Odds is a term used by poker players to define the mathematical expectation of a move in a game. Chances are usually indicated in the form of the ratio of the expected number of wins (completed events) to the number of losses (not committed events), for example, 1:4, we will use this format below (it is possible to write 1/4). Sometimes the inverse proportion is also used – odds against improvement, that is, the ratio of losses to wins is 4:1. Chances can be translated into the probability of an event occurring using the formula: number of wins / (number of wins + number of losses). Thus, the odds of 1:4 correspond to the probability of 1/(1+4)=1/5.

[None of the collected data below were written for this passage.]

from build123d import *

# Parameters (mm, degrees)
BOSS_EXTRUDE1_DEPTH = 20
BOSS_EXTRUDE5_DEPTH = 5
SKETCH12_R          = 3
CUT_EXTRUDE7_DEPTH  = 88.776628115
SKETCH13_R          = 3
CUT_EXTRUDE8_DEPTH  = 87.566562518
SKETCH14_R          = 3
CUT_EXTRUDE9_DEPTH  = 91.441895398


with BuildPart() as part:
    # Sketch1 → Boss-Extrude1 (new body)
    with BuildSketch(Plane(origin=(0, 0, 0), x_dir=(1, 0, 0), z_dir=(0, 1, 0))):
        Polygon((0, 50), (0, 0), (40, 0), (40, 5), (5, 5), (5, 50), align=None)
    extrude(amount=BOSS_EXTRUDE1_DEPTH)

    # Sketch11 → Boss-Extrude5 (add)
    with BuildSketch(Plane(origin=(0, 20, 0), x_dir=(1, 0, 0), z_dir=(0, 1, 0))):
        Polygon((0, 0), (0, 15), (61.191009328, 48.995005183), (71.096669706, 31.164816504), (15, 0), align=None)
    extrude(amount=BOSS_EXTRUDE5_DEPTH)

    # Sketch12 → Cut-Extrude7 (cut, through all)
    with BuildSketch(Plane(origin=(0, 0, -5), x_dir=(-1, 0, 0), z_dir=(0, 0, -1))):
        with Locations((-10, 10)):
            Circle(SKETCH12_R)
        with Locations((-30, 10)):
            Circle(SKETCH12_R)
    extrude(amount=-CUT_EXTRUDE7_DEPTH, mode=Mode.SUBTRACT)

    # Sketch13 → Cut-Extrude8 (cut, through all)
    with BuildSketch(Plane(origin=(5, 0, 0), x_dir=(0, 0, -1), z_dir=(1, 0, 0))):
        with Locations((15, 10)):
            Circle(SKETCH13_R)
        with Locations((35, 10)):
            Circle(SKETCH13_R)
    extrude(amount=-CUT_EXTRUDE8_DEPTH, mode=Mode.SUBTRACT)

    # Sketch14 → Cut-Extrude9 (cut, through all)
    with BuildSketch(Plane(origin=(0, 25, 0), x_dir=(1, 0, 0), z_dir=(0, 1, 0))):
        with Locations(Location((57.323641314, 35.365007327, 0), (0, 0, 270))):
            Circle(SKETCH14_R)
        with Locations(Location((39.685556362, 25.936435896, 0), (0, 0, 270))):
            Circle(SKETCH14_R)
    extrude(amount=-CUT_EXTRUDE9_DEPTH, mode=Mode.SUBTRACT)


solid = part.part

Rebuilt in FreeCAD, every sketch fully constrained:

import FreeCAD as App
import Part
import Sketcher

V = App.Vector
Q = App.Units.Quantity


def add_polygon(sketch, points):
    """Adds a closed chain of lines whose ends are joined by coincident constraints."""
    first, n = sketch.GeometryCount, len(points)
    for a, b in zip(points, points[1:] + points[:1]):
        sketch.addGeometry(Part.LineSegment(App.Vector(*a, 0), App.Vector(*b, 0)), False)
    for i in range(n):
        sketch.addConstraint(Sketcher.Constraint("Coincident", first + i, 2, first + (i + 1) % n, 1))

doc = App.newDocument("Part")
body = doc.addObject("PartDesign::Body", "Body")

# Sketch on XZ plane
sketch1 = body.newObject("Sketcher::SketchObject", "Sketch")
sketch1.AttachmentSupport = (doc.getObject("XZ_Plane"), [""])
sketch1.MapMode = "FlatFace"
add_polygon(sketch1, [(0, -50), (0, 0), (40, 0), (40, -5), (5, -5), (5, -50)])  # lines 0-5
sketch1.addConstraint(Sketcher.Constraint("Vertical", 0))
sketch1.addConstraint(Sketcher.Constraint("Horizontal", 1))
sketch1.addConstraint(Sketcher.Constraint("Vertical", 2))
sketch1.addConstraint(Sketcher.Constraint("Horizontal", 3))
sketch1.addConstraint(Sketcher.Constraint("Vertical", 4))
sketch1.addConstraint(Sketcher.Constraint("Horizontal", 5))
sketch1.addConstraint(Sketcher.Constraint("Coincident", 0, 2, -1, 1))
sketch1.addConstraint(Sketcher.Constraint("Equal", 5, 2))
sketch1.addConstraint(Sketcher.Constraint("DistanceX", 1, 1, 1, 2, Q("40 mm")))
sketch1.addConstraint(Sketcher.Constraint("DistanceX", 3, 2, 3, 1, Q("35 mm")))
sketch1.addConstraint(Sketcher.Constraint("DistanceY", 0, 1, 0, 2, Q("50 mm")))
pad1 = body.newObject("PartDesign::Pad", "Pad")
pad1.Profile = sketch1
pad1.Length = 20
pad1.Reversed = True

# Sketch on XZ plane
sketch2 = body.newObject("Sketcher::SketchObject", "Sketch001")
sketch2.AttachmentSupport = (doc.getObject("XZ_Plane"), [""])
sketch2.MapMode = "FlatFace"
sketch2.AttachmentOffset = App.Placement(V(0, 0, -20), App.Rotation())
add_polygon(sketch2, [(0, -15), (0, 0), (15, 0), (71.09667, -31.164817), (61.191009, -48.995005)])  # lines 0-4
sketch2.addConstraint(Sketcher.Constraint("Vertical", 0))
sketch2.addConstraint(Sketcher.Constraint("Horizontal", 1))
sketch2.addConstraint(Sketcher.Constraint("Coincident", 0, 2, -1, 1))
sketch2.addConstraint(Sketcher.Constraint("Perpendicular", 2, 3))
sketch2.addConstraint(Sketcher.Constraint("Perpendicular", 3, 4))
sketch2.addConstraint(Sketcher.Constraint("Equal", 1, 0))
sketch2.addConstraint(Sketcher.Constraint("DistanceX", 1, 1, 1, 2, Q("15 mm")))
sketch2.addConstraint(Sketcher.Constraint("Distance", 4, Q("70 mm")))
sketch2.addConstraint(Sketcher.Constraint("DistanceX", -1, 1, 2, 2, Q("71.09667 mm")))
pad2 = body.newObject("PartDesign::Pad", "Pad001")
pad2.Profile = sketch2
pad2.Length = 5
pad2.Reversed = True

# Sketch on XY plane
sketch3 = body.newObject("Sketcher::SketchObject", "Sketch002")
sketch3.AttachmentSupport = (doc.getObject("XY_Plane"), [""])
sketch3.MapMode = "FlatFace"
sketch3.AttachmentOffset = App.Placement(V(0, 0, -5), App.Rotation())
sketch3.addGeometry(Part.Circle(V(10, 10, 0), V(0, 0, 1), 3), False)
sketch3.addGeometry(Part.Circle(V(30, 10, 0), V(0, 0, 1), 3), False)
sketch3.addConstraint(Sketcher.Constraint("Equal", 0, 1))
sketch3.addConstraint(Sketcher.Constraint("Horizontal", 0, 3, 1, 3))
sketch3.addConstraint(Sketcher.Constraint("Diameter", 0, Q("6 mm")))
sketch3.addConstraint(Sketcher.Constraint("DistanceX", -1, 1, 0, 3, Q("10 mm")))
sketch3.addConstraint(Sketcher.Constraint("DistanceY", -1, 1, 0, 3, Q("10 mm")))
sketch3.addConstraint(Sketcher.Constraint("DistanceX", -1, 1, 1, 3, Q("30 mm")))
pocket1 = body.newObject("PartDesign::Pocket", "Pocket")
pocket1.Profile = sketch3
pocket1.Type = "ThroughAll"
pocket1.Reversed = True

# Sketch on YZ plane
sketch4 = body.newObject("Sketcher::SketchObject", "Sketch003")
sketch4.AttachmentSupport = (doc.getObject("YZ_Plane"), [""])
sketch4.MapMode = "FlatFace"
sketch4.AttachmentOffset = App.Placement(V(0, 0, 5), App.Rotation())
sketch4.addGeometry(Part.Circle(V(10, -15, 0), V(0, 0, 1), 3), False)
sketch4.addGeometry(Part.Circle(V(10, -35, 0), V(0, 0, 1), 3), False)
sketch4.addConstraint(Sketcher.Constraint("Equal", 0, 1))
sketch4.addConstraint(Sketcher.Constraint("Vertical", 0, 3, 1, 3))
sketch4.addConstraint(Sketcher.Constraint("Diameter", 0, Q("6 mm")))
sketch4.addConstraint(Sketcher.Constraint("DistanceX", -1, 1, 0, 3, Q("10 mm")))
sketch4.addConstraint(Sketcher.Constraint("DistanceY", 0, 3, -1, 1, Q("15 mm")))
sketch4.addConstraint(Sketcher.Constraint("DistanceY", 1, 3, -1, 1, Q("35 mm")))
pocket2 = body.newObject("PartDesign::Pocket", "Pocket001")
pocket2.Profile = sketch4
pocket2.Type = "ThroughAll"

# Sketch on XZ plane
sketch5 = body.newObject("Sketcher::SketchObject", "Sketch004")
sketch5.AttachmentSupport = (doc.getObject("XZ_Plane"), [""])
sketch5.MapMode = "FlatFace"
sketch5.AttachmentOffset = App.Placement(V(0, 0, -25), App.Rotation())
sketch5.addGeometry(Part.Circle(V(57.323641, -35.365007, 0), V(0, 0, 1), 3), False)
sketch5.addGeometry(Part.Circle(V(39.685556, -25.936436, 0), V(0, 0, 1), 3), False)
sketch5.addConstraint(Sketcher.Constraint("Equal", 0, 1))
sketch5.addConstraint(Sketcher.Constraint("Diameter", 0, Q("6 mm")))
sketch5.addConstraint(Sketcher.Constraint("DistanceX", -1, 1, 0, 3, Q("57.323641 mm")))
sketch5.addConstraint(Sketcher.Constraint("DistanceY", 0, 3, 1, 3, Q("9.428571 mm")))
sketch5.addConstraint(Sketcher.Constraint("DistanceY", 0, 3, -1, 1, Q("35.365007 mm")))
sketch5.addConstraint(Sketcher.Constraint("DistanceX", -1, 1, 1, 3, Q("39.685556 mm")))
pocket3 = body.newObject("PartDesign::Pocket", "Pocket002")
pocket3.Profile = sketch5
pocket3.Type = "ThroughAll"
pocket3.Reversed = True

doc.recompute()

To determine the chances of improvement, the player usually counts the number of ends (they are outs from the English outs) – cards that will improve the hand to a winning one. For example, the player has K♥ 8♥, and on the table A♥ J♥ 4♣ 7♣. It is easy to see that the only way to win in such a situation is to hit the hearts on the river (we assume that one of the opponents has an ace). We see six cards out of 52 in the deck, and we see four hearts out of 13. That is, in the deck, the remaining 52-6=46 cards account for 13-4=9 hearts. Thus the player has 9 ends, and the chances of improving are 9:(46-9)=9:37, or about 1:4. The probability of improvement is 9/46=19.6%. There are simple tables that show the odds of improving on hitting one or two cards (i.e. for the turn and river) for every possible number of ends.

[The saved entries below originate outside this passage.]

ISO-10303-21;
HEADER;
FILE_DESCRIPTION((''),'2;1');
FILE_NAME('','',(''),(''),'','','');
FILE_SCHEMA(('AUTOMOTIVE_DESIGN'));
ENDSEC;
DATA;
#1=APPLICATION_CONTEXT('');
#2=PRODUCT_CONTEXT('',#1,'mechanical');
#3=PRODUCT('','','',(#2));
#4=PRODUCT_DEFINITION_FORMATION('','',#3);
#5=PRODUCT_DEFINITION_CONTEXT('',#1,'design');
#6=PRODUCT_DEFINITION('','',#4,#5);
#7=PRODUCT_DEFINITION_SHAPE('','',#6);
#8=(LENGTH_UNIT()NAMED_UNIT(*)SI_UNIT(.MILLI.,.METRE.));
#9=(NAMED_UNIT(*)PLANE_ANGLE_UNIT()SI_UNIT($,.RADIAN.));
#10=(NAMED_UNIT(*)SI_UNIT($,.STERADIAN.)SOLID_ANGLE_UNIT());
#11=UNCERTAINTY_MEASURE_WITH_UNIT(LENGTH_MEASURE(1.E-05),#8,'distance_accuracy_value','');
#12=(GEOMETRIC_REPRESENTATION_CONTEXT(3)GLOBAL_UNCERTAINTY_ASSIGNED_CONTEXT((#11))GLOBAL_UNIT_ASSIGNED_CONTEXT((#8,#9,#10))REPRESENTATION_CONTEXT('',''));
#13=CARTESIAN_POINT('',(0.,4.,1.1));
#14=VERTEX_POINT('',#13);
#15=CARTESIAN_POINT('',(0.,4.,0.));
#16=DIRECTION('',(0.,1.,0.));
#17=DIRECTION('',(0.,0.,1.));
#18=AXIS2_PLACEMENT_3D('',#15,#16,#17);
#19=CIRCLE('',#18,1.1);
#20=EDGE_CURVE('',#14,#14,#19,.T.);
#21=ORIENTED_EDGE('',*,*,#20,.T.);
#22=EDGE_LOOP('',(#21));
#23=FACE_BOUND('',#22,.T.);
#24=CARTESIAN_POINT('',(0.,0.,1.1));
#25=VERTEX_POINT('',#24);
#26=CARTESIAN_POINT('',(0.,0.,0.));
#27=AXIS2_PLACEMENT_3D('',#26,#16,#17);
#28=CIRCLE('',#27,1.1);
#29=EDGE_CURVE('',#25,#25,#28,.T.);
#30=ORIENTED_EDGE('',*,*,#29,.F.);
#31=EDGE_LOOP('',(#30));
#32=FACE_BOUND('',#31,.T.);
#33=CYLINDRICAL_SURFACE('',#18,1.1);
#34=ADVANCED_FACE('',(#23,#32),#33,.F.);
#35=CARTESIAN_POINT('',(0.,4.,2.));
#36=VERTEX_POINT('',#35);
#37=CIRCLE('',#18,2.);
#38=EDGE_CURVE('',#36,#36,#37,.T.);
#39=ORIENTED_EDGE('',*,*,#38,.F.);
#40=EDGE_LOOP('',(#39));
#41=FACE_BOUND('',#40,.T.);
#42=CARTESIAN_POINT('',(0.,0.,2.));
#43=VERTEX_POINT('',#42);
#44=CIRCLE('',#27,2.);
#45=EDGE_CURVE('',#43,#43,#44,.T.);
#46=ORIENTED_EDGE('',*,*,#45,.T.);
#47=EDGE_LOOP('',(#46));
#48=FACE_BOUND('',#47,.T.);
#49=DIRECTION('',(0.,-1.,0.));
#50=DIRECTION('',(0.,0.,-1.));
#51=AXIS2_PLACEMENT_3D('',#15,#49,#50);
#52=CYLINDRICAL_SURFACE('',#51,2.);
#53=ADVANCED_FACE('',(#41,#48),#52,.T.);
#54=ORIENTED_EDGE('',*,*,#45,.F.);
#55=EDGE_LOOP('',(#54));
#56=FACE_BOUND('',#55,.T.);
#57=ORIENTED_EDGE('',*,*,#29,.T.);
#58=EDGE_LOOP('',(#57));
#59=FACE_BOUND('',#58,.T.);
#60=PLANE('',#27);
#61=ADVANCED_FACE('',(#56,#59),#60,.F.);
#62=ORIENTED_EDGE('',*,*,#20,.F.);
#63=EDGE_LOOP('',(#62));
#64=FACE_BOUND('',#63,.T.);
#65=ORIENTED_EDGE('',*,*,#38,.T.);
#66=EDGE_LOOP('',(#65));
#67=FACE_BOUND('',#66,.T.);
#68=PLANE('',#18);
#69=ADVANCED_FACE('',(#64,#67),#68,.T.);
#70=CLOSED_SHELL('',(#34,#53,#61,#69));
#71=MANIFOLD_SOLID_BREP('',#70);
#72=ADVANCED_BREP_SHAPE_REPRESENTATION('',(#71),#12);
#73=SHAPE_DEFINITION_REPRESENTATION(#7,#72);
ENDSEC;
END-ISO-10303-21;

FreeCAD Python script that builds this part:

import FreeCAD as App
import Part
import Sketcher

doc = App.newDocument("Part")
body = doc.addObject("PartDesign::Body", "Body")

# Sketch on XZ plane
sketch1 = body.newObject("Sketcher::SketchObject", "Sketch")
sketch1.AttachmentSupport = (doc.getObject("XZ_Plane"), [""])
sketch1.MapMode = "FlatFace"
sketch1.addGeometry(Part.Circle(App.Vector(0, 0, 0), App.Vector(0, 0, 1), 2), False)
sketch1.addConstraint([
    Sketcher.Constraint("Coincident", 0, 3, -1, 1),
    Sketcher.Constraint("Diameter", 0, 4.0),
])
pad1 = body.newObject("PartDesign::Pad", "Pad")
pad1.Profile = sketch1
pad1.Length = 4
pad1.Reversed = True

# Sketch on XZ plane
sketch2 = body.newObject("Sketcher::SketchObject", "Sketch001")
sketch2.AttachmentSupport = (doc.getObject("XZ_Plane"), [""])
sketch2.MapMode = "FlatFace"
sketch2.AttachmentOffset = App.Placement(App.Vector(0, 0, -4), App.Rotation())
sketch2.addGeometry(Part.Circle(App.Vector(0, 0, 0), App.Vector(0, 0, 1), 1.1), False)
sketch2.addConstraint([
    Sketcher.Constraint("Coincident", 0, 3, -1, 1),
    Sketcher.Constraint("Diameter", 0, 2.2),
])
doc.recompute()
hole = body.newObject("PartDesign::Hole", "Hole")
hole.Profile = sketch2
hole.ThreadType = "None"
hole.Diameter = 2.2
hole.DepthType = "Dimension"
hole.Depth = 20
hole.DrillPoint = "Angled"
hole.DrillPointAngle = 118
hole.Reversed = True

doc.recompute()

At each stage of the game, when choosing the optimal action, the player evaluates the chances. The action decision is often made based on a comparison between a player’s chances of improving and the pot odds, most often when deciding whether to call an opponent’s bet with a hand that needs improvement. Pot odds – the ratio of the bet to the current pot. Let’s continue the previous example: if there was $40 in the pot by the turn, and the opponent bets $10 in front of you, then the total value of the pot is $50, and you need to bet $10, that is, pot odds are 10:50=1:5. If the pot odds are less than the chances of improvement, then it is better to call the bet (in our case, the odds of improving 1:4 are greater than the odds of the pot 1:5 – call), if the chances of improving are less, it is worth folding. This rule can be easily checked mathematically: we bet $10, in four cases we will lose this $10, which will give us -$40, but once we will hit the flush and win, which will give us +$50. On average, over five games, we will win $10 – that is, the call is profitable for us (in the case of a fold, our result is zero, that is, it is less profitable).

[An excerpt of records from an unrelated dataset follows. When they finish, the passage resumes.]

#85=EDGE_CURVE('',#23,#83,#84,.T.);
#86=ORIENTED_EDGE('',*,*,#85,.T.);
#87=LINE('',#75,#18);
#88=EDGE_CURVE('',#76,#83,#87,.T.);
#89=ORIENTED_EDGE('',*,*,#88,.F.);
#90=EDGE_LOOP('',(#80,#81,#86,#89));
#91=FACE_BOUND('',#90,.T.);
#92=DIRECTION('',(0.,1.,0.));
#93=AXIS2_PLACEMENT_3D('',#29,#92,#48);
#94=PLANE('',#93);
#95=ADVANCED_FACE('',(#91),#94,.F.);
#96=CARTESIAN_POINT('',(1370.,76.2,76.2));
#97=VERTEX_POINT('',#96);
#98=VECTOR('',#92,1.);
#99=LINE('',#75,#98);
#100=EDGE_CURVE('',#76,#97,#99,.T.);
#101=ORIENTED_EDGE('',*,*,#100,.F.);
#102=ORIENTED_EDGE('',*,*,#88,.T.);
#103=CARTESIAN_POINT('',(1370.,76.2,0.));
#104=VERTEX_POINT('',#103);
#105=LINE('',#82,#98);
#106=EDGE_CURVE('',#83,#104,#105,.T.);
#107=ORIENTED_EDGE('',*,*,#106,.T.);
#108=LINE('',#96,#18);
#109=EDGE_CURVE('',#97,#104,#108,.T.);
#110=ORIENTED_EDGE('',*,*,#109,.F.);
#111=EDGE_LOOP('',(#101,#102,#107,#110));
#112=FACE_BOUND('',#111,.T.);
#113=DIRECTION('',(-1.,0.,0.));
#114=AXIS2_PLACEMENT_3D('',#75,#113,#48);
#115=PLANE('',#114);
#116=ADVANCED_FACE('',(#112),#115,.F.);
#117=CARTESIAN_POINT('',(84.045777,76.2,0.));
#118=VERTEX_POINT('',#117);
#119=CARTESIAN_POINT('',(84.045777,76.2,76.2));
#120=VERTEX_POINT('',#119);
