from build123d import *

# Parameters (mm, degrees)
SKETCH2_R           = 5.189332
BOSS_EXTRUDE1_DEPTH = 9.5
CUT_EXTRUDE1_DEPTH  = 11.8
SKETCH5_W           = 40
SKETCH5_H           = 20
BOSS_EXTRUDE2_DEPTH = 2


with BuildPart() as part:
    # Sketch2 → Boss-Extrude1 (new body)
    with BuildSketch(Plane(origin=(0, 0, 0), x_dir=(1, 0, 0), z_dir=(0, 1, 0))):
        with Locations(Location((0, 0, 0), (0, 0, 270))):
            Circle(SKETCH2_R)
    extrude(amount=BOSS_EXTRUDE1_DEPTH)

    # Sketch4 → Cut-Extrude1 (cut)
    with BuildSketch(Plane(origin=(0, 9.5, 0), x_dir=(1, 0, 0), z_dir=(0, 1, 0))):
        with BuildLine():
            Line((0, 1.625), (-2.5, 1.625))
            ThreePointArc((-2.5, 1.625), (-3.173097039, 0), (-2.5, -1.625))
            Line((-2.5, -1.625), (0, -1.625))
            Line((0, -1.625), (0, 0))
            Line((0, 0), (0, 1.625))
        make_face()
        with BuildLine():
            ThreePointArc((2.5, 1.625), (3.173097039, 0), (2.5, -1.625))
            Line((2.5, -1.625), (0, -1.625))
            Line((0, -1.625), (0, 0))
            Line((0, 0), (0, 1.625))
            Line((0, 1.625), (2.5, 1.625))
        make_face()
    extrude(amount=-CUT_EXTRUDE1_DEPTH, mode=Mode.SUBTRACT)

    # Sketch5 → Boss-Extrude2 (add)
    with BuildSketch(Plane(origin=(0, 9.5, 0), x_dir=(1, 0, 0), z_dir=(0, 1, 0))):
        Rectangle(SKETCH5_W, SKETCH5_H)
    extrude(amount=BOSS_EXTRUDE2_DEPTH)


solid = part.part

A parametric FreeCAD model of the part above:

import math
import FreeCAD as App
import Part
import Sketcher

V = App.Vector
Q = App.Units.Quantity

doc = App.newDocument("Part")
body = doc.addObject("PartDesign::Body", "Body")

sketch1 = body.newObject("Sketcher::SketchObject", "Sketch")
sketch1.AttachmentSupport = (doc.getObject("XZ_Plane"), [""])
sketch1.MapMode = "FlatFace"
sketch1.addGeometry(Part.Circle(V(0, 0, 0), V(0, 0, 1), 5.189332), False)
sketch1.addConstraint([
    Sketcher.Constraint("Coincident", 0, 3, -1, 1),
    Sketcher.Constraint("Diameter", 0, Q("10.378664 mm")),
])
pad1 = body.newObject("PartDesign::Pad", "Pad")
pad1.Profile = sketch1
pad1.Length = 9.5
pad1.Reversed = True

sketch2 = body.newObject("Sketcher::SketchObject", "Sketch001")
sketch2.AttachmentSupport = (doc.getObject("XZ_Plane"), [""])
sketch2.MapMode = "FlatFace"
sketch2.AttachmentOffset = App.Placement(V(0, 0, -9.5), App.Rotation())
sketch2.addGeometry([
    Part.ArcOfCircle(Part.Circle(V(-0.875, 0, 0), V(0, 0, 1), 2.298097), math.radians(135), math.radians(225)),
    Part.LineSegment(V(-2.5, 1.625, 0), V(2.5, 1.625, 0)),
    Part.ArcOfCircle(Part.Circle(V(0.875, 0, 0), V(0, 0, 1), 2.298097), math.radians(-45), math.radians(45)),
    Part.LineSegment(V(2.5, -1.625, 0), V(-2.5, -1.625, 0)),
], False)
sketch2.addConstraint([
    Sketcher.Constraint("Coincident", 0, 1, 1, 1),
    Sketcher.Constraint("Coincident", 1, 2, 2, 2),
    Sketcher.Constraint("Coincident", 2, 1, 3, 1),
    Sketcher.Constraint("Coincident", 3, 2, 0, 2),
    Sketcher.Constraint("Horizontal", 1),
    Sketcher.Constraint("Horizontal", 3),
    Sketcher.Constraint("Equal", 0, 2),
    Sketcher.Constraint("Symmetric", 0, 3, 2, 3, -1, 1),
    Sketcher.Constraint("Symmetric", 1, 2, 2, 1, -1),
    Sketcher.Constraint("DistanceX", 1, 1, 1, 2, Q("5 mm")),
    Sketcher.Constraint("DistanceX", 0, 3, 2, 3, Q("1.75 mm")),
    Sketcher.Constraint("DistanceY", 2, 1, 1, 2, Q("3.25 mm")),
])
pocket1 = body.newObject("PartDesign::Pocket", "Pocket")
pocket1.Profile = sketch2
pocket1.Length = 11.8
pocket1.Reversed = True

sketch3 = body.newObject("Sketcher::SketchObject", "Sketch002")
sketch3.AttachmentSupport = (doc.getObject("XZ_Plane"), [""])
sketch3.MapMode = "FlatFace"
sketch3.AttachmentOffset = App.Placement(V(0, 0, -9.5), App.Rotation())
sketch3.addGeometry([
    Part.LineSegment(V(-20, -10, 0), V(-20, 10, 0)),
    Part.LineSegment(V(-20, 10, 0), V(20, 10, 0)),
    Part.LineSegment(V(20, 10, 0), V(20, -10, 0)),
    Part.LineSegment(V(20, -10, 0), V(-20, -10, 0)),
], False)
sketch3.addConstraint([
    Sketcher.Constraint("Coincident", 0, 2, 1, 1),
    Sketcher.Constraint("Coincident", 1, 2, 2, 1),
    Sketcher.Constraint("Coincident", 2, 2, 3, 1),
    Sketcher.Constraint("Coincident", 3, 2, 0, 1),
    Sketcher.Constraint("Vertical", 0),
    Sketcher.Constraint("Horizontal", 1),
    Sketcher.Constraint("Vertical", 2),
    Sketcher.Constraint("Horizontal", 3),
    Sketcher.Constraint("Symmetric", 0, 2, 2, 2, -1, 1),
    Sketcher.Constraint("DistanceX", 1, 1, 1, 2, Q("40 mm")),
    Sketcher.Constraint("DistanceY", 0, 1, 0, 2, Q("20 mm")),
])
pad2 = body.newObject("PartDesign::Pad", "Pad001")
pad2.Profile = sketch3
pad2.Length = 2
pad2.Reversed = True

doc.recompute()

In our example, we assumed that any heart would give us a high flush and we would win the hand, since our opponent only had a pair of aces. But let’s imagine another situation – the opponent has an ace set. The flush still hits a set, but imagine a situation where the river is a four or seven of hearts. We have a flush, but our opponent has a full house and still wins. If you think that there are some cards that will help you improve, but at the same time they will improve your opponent and not allow you to win, then you should not count such cards as your ends (such ends are called dummy ends). In this case, we do not count four and seven hearts as ends, and our number of ends is reduced to seven. The process of reducing the ends, which help not only us, but also opponents, is called discounting.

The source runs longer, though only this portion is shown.